The paramedic led Jess to the ambulance and helped her climb inside. She sat on a gurney. The paramedic cleaned the blood off her face and shined a penlight into her eyes. Jess winced and reflexively squeezed her eyes shut until he moved the light away. The paramedic made a note.
“Did you lose consciousness at any time?”
“No.” A loss of consciousness wasn’t necessary for a concussion diagnosis.
“Dizziness? Visual problems?”
“A little dizziness. Vision seems to be okay now. No vomiting.” The fewer symptoms of concussion she exhibited, the better. She didn’t want to be admitted to a hospital in Oregon today.

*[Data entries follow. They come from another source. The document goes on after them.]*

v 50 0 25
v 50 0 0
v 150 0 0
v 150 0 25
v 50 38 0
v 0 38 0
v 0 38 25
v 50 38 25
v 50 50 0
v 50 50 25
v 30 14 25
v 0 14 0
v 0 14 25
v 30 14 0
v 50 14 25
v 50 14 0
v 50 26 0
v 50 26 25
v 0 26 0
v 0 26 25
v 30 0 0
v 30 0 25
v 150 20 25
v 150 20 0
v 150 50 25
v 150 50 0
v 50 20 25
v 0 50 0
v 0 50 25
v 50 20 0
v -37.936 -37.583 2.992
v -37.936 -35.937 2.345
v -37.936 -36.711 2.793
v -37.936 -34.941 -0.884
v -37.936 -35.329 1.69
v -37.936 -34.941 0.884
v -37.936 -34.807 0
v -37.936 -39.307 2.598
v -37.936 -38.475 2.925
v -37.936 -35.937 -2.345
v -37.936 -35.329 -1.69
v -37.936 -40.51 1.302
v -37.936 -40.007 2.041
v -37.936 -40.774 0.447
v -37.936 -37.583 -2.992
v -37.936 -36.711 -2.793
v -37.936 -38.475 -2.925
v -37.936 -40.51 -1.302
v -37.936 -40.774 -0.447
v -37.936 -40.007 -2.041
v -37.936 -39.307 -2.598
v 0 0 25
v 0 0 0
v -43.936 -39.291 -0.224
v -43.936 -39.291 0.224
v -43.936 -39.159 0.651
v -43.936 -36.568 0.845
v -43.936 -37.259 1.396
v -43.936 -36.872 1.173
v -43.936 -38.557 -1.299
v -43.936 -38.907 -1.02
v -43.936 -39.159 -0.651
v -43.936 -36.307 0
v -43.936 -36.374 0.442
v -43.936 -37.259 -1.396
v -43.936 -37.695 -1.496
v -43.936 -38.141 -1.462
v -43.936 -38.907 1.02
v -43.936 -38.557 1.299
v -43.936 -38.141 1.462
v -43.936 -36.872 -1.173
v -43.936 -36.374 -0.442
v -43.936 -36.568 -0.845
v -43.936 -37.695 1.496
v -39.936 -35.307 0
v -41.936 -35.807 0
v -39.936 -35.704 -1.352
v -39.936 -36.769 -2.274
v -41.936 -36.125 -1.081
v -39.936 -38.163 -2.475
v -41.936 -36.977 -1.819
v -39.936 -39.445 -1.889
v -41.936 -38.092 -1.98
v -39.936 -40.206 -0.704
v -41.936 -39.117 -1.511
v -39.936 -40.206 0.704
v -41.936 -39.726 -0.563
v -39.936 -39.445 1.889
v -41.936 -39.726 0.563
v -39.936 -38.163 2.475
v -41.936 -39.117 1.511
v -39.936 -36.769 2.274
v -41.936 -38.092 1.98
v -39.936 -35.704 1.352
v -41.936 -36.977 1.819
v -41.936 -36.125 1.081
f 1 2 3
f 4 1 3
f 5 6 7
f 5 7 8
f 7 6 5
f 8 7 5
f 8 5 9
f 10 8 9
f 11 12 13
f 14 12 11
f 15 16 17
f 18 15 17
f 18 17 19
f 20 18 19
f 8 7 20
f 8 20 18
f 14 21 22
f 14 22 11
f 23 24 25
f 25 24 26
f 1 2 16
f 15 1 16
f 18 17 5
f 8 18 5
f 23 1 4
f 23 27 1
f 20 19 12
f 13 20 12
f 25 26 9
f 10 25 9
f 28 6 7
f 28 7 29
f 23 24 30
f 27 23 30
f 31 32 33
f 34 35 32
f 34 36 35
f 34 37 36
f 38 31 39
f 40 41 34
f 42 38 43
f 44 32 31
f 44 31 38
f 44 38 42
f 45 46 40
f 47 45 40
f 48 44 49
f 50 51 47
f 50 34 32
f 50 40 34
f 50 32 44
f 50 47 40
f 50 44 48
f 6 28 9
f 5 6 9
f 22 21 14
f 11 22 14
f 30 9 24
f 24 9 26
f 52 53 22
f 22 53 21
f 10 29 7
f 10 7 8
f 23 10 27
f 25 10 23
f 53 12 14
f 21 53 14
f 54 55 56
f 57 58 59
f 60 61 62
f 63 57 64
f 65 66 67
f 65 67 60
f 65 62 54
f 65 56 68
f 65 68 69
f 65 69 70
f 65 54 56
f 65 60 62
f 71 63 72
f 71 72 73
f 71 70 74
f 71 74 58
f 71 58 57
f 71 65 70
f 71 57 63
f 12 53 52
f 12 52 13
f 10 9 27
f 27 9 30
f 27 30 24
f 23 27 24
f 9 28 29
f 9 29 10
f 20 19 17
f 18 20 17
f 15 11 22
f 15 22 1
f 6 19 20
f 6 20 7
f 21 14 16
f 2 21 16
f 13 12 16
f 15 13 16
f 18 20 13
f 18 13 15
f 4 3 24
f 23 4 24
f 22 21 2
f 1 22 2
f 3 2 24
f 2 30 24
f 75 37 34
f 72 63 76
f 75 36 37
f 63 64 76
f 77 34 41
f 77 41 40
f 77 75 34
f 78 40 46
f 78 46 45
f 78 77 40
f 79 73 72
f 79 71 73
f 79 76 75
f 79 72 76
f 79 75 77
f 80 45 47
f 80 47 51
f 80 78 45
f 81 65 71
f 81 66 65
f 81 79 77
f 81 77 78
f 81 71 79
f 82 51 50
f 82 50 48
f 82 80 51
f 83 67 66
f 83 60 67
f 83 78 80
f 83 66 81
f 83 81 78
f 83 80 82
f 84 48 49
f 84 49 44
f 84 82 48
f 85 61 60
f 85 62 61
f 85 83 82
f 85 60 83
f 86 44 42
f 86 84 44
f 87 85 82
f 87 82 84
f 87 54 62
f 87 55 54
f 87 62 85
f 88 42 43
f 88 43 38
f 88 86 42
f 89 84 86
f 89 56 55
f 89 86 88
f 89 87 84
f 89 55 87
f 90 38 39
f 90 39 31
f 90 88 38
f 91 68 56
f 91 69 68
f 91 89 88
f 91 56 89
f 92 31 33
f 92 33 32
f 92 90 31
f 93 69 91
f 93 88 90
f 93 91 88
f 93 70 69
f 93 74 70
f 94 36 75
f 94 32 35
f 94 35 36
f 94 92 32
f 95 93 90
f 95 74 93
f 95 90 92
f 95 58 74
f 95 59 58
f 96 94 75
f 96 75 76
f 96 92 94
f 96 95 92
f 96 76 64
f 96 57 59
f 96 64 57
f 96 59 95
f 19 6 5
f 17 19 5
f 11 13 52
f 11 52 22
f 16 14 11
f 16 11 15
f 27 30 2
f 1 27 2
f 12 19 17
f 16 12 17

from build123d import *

# Parameters (mm, degrees)
F0_W     = 50
F0_H     = 12
F1_DEPTH = 25
F0_W_2   = 30
F0_H_2   = 14
F2_DEPTH = 25
F0_W_3   = 20
F3_DEPTH = 25


with BuildPart() as f1:
    # F0 (on Top) → F1 (new body)
    with BuildSketch(Plane.XY):
        with Locations((25, 44)):
            Rectangle(F0_W, F0_H)
        Polygon((0, 26), (0, 14), (30, 14), (50, 14), (50, 20), (50, 26), align=None)
    extrude(amount=F1_DEPTH)


with BuildPart() as f2:
    # F0 (on Top) → F2 (new body)
    with BuildSketch(Plane.XY):
        with Locations((25, 32)):
            Rectangle(F0_W, F0_H)
        with Locations((15, 7)):
            Rectangle(F0_W_2, F0_H_2)
        Polygon((50, 14), (50, 0), (150, 0), (150, 20), (50, 20), align=None)
    extrude(amount=F2_DEPTH)


with BuildPart() as f3:
    # F0 (on Top) → F3 (new body)
    with BuildSketch(Plane.XY):
        Polygon((50, 38), (50, 26), (50, 20), (150, 20), (150, 50), (50, 50), align=None)
        with Locations((40, 7)):
            Rectangle(F0_W_3, F0_H_2)
    extrude(amount=F3_DEPTH)


with BuildPart() as f5:
    # F4 (on Top) → F5 (revolve)
    with BuildSketch(Plane.XY):
        Polygon((-37.936111, -37.807407), (-37.936111, -34.807407), (-43.936111, -36.307407), (-43.936111, -37.807407), align=None)
    revolve(axis=Axis((-40.936111, -37.807407, 0), (-1, 0, 0)))


solid = Compound([f1.part, f2.part, f3.part, f5.part])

“How about confusion or amnesia?” The paramedic seemed to be reading from a list and looking for items to check off.
“I’m very clear on what happened
back there. No confusion at all.”
“Headache?”
“Not yet. Unless you count the throbbing from where he slammed my face into the door.”
The paramedic nodded and wrote that down, too. “You were in an enclosed space where two gunshots were fired. How’s your hearing? Any ringing in your ears?”
“Some. It’ll get better.”
“If you’re lucky. The damage can be permanent. You should be tested.” The paramedic made a few more notes and cleaned the rest of the blood off Jess’s face. He prodded her sore nose, feeling both sides, checking for fractures.
He put two butterfly bandages across the bridge of her nose and handed her an ice pack. “Hold this on your forehead and nose for a few minutes. Then take a break and hold it there a few minutes more. Let’s try to keep the bruising and swelling down.”
Jess did as she was told.
“You’ll need X-rays. Probably an MRI, too.” He made a few more notes. After a while, he left her alone. He took a medical bag and walked over to check on Charlene.
She was seated inside the Crown Vic talking to Gonzalez. Jess pulled out her phone. She was halfway through dialing her editor when she hung up and dialed Nelson.
He answered the phone himself, which was a little surprising. “Randolph Police.”
“Jessica Kimball. We’re in Castleford. South of Portland.”
“Who is ‘we’?” He didn’t give any hint that he’d heard from Gonzalez.
“We have a problem here.” She took a deep breath, ignoring his question.
“What kind of problem?”
“We went to Kid’s Own Medical Center. Turns out one of their nurses was charged with selling babies. She was convicted. Served some time.”
“You’re not making a lot of sense here, Jess,” Nelson said. “You think all of this is relevant to Peter Whiting?”
“The nurse’s name was Norah Fender. She signed Peter Whiting’s original birth record. She was the labor and delivery nurse.”
“I see,” he said again, although he didn’t seem to understand. “And you think that since Barbara Whiting can’t be Peter’s biological mother, this Norah Fender arranged a private adoption?”
“Maybe that. Or maybe an outright sale.”